Assim, há sociedades que exigem de nós personagens poderosos, corajosos, heróicos, justos – como as ordens de cavalaria do final da Idade Média – e contribuem para que, representando este papel, nos tornemos mais corajosos, talvez heróicos, relativamente justos. Há sociedades, como a atual, que incentivam personagens exibidos, consumistas, egoístas, voltados para o prazer individual – e conseguem formar pessoas assim, porque é assim que respondemos ao papel que esperam que representemos. Claro que a subjetividade comporta outras dimensões, mas com Boal entendi o enorme peso desta dimensão pública, teatral, que faz parte do mais profundo no nosso ser.

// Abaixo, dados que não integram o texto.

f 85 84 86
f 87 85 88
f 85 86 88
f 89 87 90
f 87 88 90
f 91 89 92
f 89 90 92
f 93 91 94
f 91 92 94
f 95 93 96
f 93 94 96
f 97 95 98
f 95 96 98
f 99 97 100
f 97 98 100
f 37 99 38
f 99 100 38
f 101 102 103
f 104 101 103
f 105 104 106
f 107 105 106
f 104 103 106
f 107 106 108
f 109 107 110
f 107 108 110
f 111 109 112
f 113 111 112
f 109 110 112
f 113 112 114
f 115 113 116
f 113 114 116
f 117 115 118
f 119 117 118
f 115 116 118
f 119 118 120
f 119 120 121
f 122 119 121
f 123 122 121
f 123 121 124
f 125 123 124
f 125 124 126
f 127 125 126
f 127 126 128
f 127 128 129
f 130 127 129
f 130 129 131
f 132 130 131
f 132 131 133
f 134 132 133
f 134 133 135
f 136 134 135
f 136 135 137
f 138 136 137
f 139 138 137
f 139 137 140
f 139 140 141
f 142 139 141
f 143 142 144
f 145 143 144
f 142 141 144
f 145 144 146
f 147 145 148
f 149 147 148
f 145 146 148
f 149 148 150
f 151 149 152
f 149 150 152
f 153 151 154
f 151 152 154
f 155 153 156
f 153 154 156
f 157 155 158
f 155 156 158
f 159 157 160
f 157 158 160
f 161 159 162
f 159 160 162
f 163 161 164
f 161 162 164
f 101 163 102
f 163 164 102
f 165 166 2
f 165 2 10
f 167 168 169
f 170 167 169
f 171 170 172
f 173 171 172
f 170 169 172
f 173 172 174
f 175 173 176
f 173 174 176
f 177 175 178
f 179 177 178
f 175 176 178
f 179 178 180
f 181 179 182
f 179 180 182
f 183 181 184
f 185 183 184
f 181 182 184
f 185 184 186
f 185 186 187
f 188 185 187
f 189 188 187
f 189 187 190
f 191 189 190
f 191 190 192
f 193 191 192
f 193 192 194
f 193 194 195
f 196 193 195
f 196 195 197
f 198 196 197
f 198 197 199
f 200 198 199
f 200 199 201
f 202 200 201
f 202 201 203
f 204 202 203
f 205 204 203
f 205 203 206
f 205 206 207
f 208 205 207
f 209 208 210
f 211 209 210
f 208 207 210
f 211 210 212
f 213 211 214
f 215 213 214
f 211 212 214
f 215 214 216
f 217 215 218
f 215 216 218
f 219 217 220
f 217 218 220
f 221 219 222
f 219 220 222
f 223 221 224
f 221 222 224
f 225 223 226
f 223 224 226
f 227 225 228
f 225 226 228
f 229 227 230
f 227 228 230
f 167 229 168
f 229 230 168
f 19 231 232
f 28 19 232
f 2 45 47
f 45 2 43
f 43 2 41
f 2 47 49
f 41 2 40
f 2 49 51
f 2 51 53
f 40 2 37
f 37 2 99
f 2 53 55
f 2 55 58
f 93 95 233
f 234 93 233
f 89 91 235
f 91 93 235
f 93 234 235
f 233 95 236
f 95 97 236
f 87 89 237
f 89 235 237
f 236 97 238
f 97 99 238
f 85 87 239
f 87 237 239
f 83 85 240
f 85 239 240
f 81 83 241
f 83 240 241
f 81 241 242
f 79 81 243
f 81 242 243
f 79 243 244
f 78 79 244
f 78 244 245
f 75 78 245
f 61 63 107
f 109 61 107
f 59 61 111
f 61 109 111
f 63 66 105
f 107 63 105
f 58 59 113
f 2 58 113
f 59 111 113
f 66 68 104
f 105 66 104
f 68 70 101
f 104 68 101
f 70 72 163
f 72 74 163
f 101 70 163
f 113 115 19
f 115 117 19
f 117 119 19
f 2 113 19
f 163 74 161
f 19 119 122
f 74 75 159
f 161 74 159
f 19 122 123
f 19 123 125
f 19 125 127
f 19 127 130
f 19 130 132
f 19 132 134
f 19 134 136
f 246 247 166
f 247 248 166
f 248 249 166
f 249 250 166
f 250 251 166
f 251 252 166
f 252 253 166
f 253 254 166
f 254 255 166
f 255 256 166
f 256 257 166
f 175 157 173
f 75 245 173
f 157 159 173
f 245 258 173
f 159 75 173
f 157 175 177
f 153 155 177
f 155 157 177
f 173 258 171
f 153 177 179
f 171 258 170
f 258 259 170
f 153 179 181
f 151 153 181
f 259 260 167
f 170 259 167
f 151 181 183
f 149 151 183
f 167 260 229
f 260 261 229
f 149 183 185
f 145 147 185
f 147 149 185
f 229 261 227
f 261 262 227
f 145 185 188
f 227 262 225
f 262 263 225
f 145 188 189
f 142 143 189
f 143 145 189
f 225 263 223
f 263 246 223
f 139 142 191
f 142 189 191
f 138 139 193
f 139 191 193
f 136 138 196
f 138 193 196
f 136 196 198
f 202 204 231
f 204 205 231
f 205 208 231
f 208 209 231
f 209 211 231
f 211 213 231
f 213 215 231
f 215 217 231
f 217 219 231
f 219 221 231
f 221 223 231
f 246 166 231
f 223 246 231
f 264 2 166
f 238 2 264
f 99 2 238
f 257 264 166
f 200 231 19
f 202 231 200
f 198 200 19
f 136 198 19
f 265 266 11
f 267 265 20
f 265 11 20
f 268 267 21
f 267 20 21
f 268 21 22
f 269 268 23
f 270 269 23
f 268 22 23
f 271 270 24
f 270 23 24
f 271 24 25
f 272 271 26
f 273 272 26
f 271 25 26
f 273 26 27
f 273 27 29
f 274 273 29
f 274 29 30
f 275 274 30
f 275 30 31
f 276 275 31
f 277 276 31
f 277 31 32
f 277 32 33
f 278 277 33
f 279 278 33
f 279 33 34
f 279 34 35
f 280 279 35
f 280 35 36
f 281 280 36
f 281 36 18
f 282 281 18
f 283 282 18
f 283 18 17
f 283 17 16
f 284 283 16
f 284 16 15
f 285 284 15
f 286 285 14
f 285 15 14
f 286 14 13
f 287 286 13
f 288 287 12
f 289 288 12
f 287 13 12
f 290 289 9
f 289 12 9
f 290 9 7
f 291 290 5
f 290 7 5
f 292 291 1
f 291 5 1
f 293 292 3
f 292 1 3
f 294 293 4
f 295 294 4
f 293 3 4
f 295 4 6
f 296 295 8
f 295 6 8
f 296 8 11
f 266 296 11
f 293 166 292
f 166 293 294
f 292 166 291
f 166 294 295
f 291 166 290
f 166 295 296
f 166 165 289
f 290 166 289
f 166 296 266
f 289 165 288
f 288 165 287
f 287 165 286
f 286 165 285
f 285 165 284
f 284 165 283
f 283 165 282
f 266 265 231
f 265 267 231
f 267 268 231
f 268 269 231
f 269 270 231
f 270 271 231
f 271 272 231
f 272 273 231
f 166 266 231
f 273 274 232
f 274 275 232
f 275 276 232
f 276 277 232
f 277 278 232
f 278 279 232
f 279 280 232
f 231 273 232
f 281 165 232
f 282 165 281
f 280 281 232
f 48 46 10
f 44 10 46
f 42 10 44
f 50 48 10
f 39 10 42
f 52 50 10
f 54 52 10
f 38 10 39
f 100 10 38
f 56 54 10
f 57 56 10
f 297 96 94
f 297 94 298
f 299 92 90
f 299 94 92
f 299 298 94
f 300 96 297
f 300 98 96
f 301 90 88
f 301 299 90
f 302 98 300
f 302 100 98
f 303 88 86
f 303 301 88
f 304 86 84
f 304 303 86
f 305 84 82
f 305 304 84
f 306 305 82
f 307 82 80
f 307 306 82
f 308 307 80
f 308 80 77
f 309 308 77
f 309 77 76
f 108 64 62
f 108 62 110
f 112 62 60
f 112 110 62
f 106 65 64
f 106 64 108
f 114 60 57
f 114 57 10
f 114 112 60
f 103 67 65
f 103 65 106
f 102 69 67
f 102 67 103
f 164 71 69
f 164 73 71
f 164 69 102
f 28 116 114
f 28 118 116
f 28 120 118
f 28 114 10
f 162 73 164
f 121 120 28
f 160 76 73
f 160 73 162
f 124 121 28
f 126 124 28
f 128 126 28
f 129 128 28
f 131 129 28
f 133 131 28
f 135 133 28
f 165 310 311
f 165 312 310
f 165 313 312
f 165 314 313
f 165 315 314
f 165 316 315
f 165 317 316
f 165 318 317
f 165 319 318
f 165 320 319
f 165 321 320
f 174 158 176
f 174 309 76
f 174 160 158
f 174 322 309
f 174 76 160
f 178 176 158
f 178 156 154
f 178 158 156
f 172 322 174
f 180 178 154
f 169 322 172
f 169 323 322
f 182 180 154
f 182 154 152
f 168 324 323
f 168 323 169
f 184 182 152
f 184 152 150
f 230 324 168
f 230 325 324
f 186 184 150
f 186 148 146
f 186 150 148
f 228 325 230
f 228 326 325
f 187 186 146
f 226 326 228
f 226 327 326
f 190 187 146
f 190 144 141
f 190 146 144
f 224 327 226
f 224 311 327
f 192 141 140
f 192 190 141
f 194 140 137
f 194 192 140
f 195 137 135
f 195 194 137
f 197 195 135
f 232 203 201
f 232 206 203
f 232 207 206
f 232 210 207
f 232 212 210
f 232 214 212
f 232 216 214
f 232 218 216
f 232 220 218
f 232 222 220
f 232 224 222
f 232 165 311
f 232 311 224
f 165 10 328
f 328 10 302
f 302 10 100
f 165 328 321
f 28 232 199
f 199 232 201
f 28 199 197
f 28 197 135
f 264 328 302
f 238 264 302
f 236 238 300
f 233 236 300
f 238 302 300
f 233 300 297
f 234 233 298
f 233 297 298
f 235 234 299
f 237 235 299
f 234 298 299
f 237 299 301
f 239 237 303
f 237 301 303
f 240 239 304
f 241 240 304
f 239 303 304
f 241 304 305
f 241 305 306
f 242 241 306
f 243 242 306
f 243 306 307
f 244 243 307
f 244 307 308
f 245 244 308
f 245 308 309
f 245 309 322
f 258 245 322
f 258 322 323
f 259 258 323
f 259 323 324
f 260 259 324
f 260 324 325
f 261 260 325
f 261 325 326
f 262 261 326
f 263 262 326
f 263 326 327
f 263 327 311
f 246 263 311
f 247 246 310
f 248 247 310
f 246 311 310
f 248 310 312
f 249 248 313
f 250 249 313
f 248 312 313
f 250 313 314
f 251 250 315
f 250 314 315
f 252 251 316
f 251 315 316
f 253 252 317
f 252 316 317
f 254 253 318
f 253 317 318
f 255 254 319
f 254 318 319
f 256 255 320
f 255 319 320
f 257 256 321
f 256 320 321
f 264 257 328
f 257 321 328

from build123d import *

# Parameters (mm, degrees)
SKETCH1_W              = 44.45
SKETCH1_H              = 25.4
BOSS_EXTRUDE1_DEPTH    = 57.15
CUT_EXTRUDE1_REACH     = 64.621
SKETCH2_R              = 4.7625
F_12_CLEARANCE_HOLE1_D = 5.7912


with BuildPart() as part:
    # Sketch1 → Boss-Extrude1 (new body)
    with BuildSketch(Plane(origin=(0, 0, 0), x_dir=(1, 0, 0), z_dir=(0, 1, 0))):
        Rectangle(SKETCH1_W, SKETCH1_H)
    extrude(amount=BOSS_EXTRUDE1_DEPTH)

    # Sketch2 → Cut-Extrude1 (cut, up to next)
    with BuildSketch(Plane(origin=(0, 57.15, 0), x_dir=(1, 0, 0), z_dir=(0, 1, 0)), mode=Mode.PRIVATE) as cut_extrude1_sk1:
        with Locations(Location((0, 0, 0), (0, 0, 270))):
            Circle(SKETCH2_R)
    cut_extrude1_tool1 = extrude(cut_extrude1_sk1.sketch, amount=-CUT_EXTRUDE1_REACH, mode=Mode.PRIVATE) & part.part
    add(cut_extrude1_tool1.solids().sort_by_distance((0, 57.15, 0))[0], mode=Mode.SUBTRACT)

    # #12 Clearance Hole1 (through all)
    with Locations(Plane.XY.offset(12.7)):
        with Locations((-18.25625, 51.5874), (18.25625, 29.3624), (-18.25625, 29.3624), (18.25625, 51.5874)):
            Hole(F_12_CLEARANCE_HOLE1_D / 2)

Entendi também que o papel que escolhemos representar, nos modifica. Este é o “milagre” operado pelo Teatro do Oprimido. Quando escolhemos o papel de agentes transformadores da realidade em que vivemos, este papel há de nos transformar para que sejamos capazes de contribuir com a transformação social. Se escolhermos o papel de vítimas passivas, ficaremos passivos e vitimados, a fazer um teatrinho de lamúrias e denúncias. Se fizermos do teatro um instrumento político ele há de nos transformar em agentes transformadores no espaço público. Se fizermos dele um instrumento terapêutico, ele pode curar alguns de nossos sintomas, mas também pode nos transformar em sujeitos centrados na nossa própria psicologia, que só se compreendem no mundo a partir das pequenas patologias da vida privada.

Que personagens desejamos ser, que enredo escolhemos representar? Augusto deixou esta pergunta a todos. Sabia que não podia respondê-la por nós, pois ninguém escolhe pelo outro. Os integrantes do CTO terão que continuar escolhendo sempre, a cada novo conflito, a cada nova crise, o papel que desejam representar e os sujeitos em que desejam se transformar.
E a cada nova escolha, vale a pena recordar aquelas que foram feitas, com muita coerência e sinceridade, pelo nosso querido Boal. Pois ele era um personagem ambulante de si mesmo, tão completamente, que nunca falsificava seu próprio papel. Ele tornou-se o homem transformador e inspirador de transformações alheias – um papel que, desde bem jovem, escolheu representar.
Longa vida à memória de Augusto Boal.